Anyways they said the announcements started at 5 so we should hear how they did very soon!!!

Good luck everyone


----------



## Captain Morgan (Sep 29, 2007)

this just in from Bill TGG

overall

1. lunch meat
2. donnies smoke house 
3. the bbq effect
4. dirty dicks
5. huckleberry's smoke


aaron from dizzy pigs canada came in 7th

oompappy got 8th

swine syndicated got 11th

shenandoah q crew got 12



oom got 4th in chicken
northcoast bbq society got 7th


ribs

swine syndicate got 5th
6th for cockeyed bbq
shenandoah  8th


pork

igloo got 5th aaron
frying pan  9th


brisket

northcoast 3rd
double d 7th

perfect score in dessert 180
diva q


----------



## Puff1 (Sep 29, 2007)

Looks like some great scores! Congrats guys!!
My condolences to the affore mentioned WSM


----------



## Cliff H. (Sep 29, 2007)

I don't care who wins, tomorrow I will only remember dirty dicks.


----------



## wittdog (Sep 29, 2007)

Great time...the board did well...we are cooking in the backyard event tomarrow...probably need to get my head examed....I'm shot will give the report Mon


----------



## Smokey_Joe (Sep 29, 2007)

*Congrats to DIVA Q fer sure!

and all the rest too!*


----------



## KyBlueBBQ (Sep 29, 2007)

Ditto!!


----------



## Griff (Sep 30, 2007)

So what's the WSM story?


----------



## Pigs On The Wing BBQ (Sep 30, 2007)

Griff said:
			
		

> So what's the WSM story?


Well, this is the story I got. Some one came over to say hi to the Witt's and was not watching where they were going and knocked the new WSM over. :roll:  It hit the door handle on buford and put a dent in the lid, Dave lost a whole pork butt on the deal.


----------



## Uncle Bubba (Sep 30, 2007)

Everything for the contest worked out after mother nature got to us on Friday AM setup.  Parking was tight but it all worked out.  Need to do some work on ribs and pay closer attention to my pork.  Congrats to all on their calls.  Great to hang with Witt, Brian, Rich, Kenny, Oompappy, Chris, Diva, Dallas, Aaron, Frypan.  All great people.  

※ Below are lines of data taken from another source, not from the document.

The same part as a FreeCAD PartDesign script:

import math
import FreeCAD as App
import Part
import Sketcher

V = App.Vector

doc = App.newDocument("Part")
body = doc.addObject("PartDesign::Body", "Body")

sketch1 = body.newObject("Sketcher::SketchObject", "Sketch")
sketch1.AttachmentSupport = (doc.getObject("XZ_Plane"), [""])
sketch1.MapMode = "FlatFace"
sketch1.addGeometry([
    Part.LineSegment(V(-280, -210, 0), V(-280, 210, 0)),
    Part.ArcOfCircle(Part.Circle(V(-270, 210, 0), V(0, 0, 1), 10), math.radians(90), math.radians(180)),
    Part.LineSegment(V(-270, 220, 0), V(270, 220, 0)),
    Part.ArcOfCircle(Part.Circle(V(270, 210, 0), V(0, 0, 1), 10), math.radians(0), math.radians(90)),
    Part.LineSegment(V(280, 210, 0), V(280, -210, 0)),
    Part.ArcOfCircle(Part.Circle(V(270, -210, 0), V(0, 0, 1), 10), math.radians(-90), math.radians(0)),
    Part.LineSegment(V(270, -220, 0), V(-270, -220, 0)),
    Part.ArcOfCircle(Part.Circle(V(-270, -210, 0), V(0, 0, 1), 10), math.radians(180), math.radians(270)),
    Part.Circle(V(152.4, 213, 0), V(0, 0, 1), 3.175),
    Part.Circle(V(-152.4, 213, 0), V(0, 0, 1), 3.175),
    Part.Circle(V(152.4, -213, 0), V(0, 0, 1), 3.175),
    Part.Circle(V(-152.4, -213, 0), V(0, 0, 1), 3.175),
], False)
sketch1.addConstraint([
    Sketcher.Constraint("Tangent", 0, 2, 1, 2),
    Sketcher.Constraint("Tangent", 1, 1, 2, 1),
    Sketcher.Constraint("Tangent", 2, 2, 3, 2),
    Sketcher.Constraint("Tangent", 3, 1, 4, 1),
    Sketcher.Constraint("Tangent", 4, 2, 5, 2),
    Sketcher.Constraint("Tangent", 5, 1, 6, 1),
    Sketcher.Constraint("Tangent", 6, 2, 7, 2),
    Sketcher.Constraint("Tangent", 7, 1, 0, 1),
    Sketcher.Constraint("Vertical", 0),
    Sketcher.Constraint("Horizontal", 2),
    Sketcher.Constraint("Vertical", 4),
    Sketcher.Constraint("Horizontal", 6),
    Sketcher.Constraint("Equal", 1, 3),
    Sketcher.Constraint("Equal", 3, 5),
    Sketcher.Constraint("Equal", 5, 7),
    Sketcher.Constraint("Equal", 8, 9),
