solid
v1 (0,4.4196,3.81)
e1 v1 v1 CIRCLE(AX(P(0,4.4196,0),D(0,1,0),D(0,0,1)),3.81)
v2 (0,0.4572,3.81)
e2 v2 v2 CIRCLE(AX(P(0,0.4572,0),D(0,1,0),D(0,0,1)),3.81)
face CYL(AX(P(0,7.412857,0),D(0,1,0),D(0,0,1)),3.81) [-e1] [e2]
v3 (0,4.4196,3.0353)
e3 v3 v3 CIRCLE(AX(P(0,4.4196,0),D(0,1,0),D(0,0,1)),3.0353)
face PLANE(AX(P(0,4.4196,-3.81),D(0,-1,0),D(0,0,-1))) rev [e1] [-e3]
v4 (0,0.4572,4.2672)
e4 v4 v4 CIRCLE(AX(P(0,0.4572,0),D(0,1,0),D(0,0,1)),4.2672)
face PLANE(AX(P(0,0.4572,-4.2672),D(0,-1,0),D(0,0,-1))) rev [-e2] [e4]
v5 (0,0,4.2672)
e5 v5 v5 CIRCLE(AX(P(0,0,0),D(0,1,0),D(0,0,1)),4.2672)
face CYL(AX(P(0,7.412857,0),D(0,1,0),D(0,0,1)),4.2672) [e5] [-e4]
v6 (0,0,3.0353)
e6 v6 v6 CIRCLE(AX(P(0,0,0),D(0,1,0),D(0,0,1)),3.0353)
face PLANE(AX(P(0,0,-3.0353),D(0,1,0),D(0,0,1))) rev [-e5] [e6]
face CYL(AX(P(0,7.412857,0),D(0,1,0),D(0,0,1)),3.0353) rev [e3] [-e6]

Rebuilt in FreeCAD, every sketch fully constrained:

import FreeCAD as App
import Part
import Sketcher

V = App.Vector
Q = App.Units.Quantity

doc = App.newDocument("Part")
body = doc.addObject("PartDesign::Body", "Body")

# Sketch on YZ plane
sketch1 = body.newObject("Sketcher::SketchObject", "Sketch")
sketch1.AttachmentSupport = (doc.getObject("YZ_Plane"), [""])
sketch1.MapMode = "FlatFace"
sketch1.addGeometry([
    Part.LineSegment(V(0, -3.04, 0), V(0, -4.27, 0)),  # 0
    Part.LineSegment(V(0, -4.27, 0), V(0.46, -4.27, 0)),  # 1
    Part.LineSegment(V(0.46, -4.27, 0), V(0.46, -3.81, 0)),  # 2
    Part.LineSegment(V(0.46, -3.81, 0), V(4.42, -3.81, 0)),  # 3
    Part.LineSegment(V(4.42, -3.81, 0), V(4.42, -3.04, 0)),  # 4
    Part.LineSegment(V(4.42, -3.04, 0), V(0, -3.04, 0)),  # 5
], False)
sketch1.addConstraint([
    Sketcher.Constraint("Coincident", 0, 2, 1, 1),
    Sketcher.Constraint("Coincident", 1, 2, 2, 1),
    Sketcher.Constraint("Coincident", 2, 2, 3, 1),
    Sketcher.Constraint("Coincident", 3, 2, 4, 1),
    Sketcher.Constraint("Coincident", 4, 2, 5, 1),
    Sketcher.Constraint("Coincident", 5, 2, 0, 1),
    Sketcher.Constraint("Vertical", 0),
    Sketcher.Constraint("Horizontal", 1),
    Sketcher.Constraint("Vertical", 2),
    Sketcher.Constraint("Horizontal", 3),
    Sketcher.Constraint("Vertical", 4),
    Sketcher.Constraint("Horizontal", 5),
    Sketcher.Constraint("PointOnObject", 0, 2, -2),
    Sketcher.Constraint("Equal", 1, 2),
    Sketcher.Constraint("DistanceX", 1, 1, 1, 2, Q("0.018 in")),
    Sketcher.Constraint("DistanceX", 3, 1, 3, 2, Q("0.156 in")),
    Sketcher.Constraint("DistanceY", 2, 2, -1, 1, Q("0.15 in")),
    Sketcher.Constraint("DistanceY", 0, 2, 0, 1, Q("0.0485 in")),
])
revolution = body.newObject("PartDesign::Revolution", "Revolution")
revolution.Profile = sketch1
revolution.ReferenceAxis = (sketch1, ["H_Axis"])
revolution.Angle = 360

doc.recompute()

It's prep time for the Royal this coming weekend.  This should be a hoot.  I'll make sure to take a lot of pics.


----------



## Uncle Bubba (Sep 30, 2007)

Pigs On The Wing BBQ said:
			
		

> Griff said:
> 
> 
> 
> ...



You should be a PR person for someone that needs damage control.   

 The guy was drunk.  Witt was pissed.  The guy did offer to replace it.  It's cheaper than a funeral.


----------



## Greg Rempe (Sep 30, 2007)

Sorry I couldn't make it guys!


----------



## Nick Prochilo (Sep 30, 2007)

Congrats to ALL! The last thing in the world I would want is Wittdog pissed at me!


----------



## Uncle Bubba (Sep 30, 2007)

Greg Rempe said:
			
		

> Sorry I couldn't make it guys!



Where's the pics and videos???
*
No Pictures  No pictures* :x   [smilie=lol_xtreme.gif]


----------



## oompappy (Sep 30, 2007)

Hey, That was a Good time!!!  I bet it was the most BBQ Central 
members assembled in one place, to date. It was nice to see and 
meet you all! That Friday night group dinner was fantastic. Great 
idea! 
The score sheet lists 50 teams. We ended up with 4th in chicken 
(ribbon & $100), 28th in ribs, 12th pork, 21st brisket for an 8th 
place overall in the KCBS categories. Also got 6th in baked beans 
(ribbon) and 16th in dessert.  
I didn't get many pics this time, but I know others did,  
here are my postable ones...

Checkin' out my ribbons...




Cockeyed...




Northcoast brisket walk...




Diva Q #1 dessert walk...




Grand Champs "Lunchmeat"...


----------



## Unity (Sep 30, 2007)

Here's some pics from a phantom Q fan who sneaked into the competition site, snapped a bunch of semi-random images, and quietly stole away during the ensuing confusion.   

Alphabetically:



 

 

 

 
DivaQ, ribs, Impaler, and pits



 

 

 

 
Double D and pits



 


Greg getting footage for the site and showing the colors



 

 


Oompappy, Pigs, and Mrs Pigs (a closer one of Oompappy didn't survive)



 

 

 


Shenandoah Q Crew (featuring Rich Decker)



 

 

 

 

 


Swine Syndicate starters, junior varsity, chicken, Buford, YabbaDabba, and backup pits



 

 


Uncle Bubba with Mr & Mrs GrillGuy, Bruce, and UB's beautiful Kustom Klose pit



 

 


Site Scenes: Drafters, Pumpkin Cannon (compressed air -- that baby would _chunk_ 'em!) and The Adorable Pumpkin Pig

--John  8)


----------



## Captain Morgan (Sep 30, 2007)

great pics, thanks.  Not only was that the largest gather of forum
members, but also the ugliest.


----------



## Puff1 (Sep 30, 2007)

True dat  
Great pics! Looks like a damn good time!


----------



## Nick Prochilo (Sep 30, 2007)

Looks like everybody had a great time. Thanks for sharing the pics!


----------



## Cliff H. (Sep 30, 2007)

Looks like a great time for sure.


----------



## KyBlueBBQ (Oct 1, 2007)

Looks like an awesome time.. definatly should plan on attending next year ... heckuva drive thou 520 miles


----------



## Molson (Oct 1, 2007)

It was a blast. I definatly want to compete next year.


----------



## Greg Rempe (Oct 1, 2007)

Molson said:
			
		

> It was a blast. I definatly want to compete next year.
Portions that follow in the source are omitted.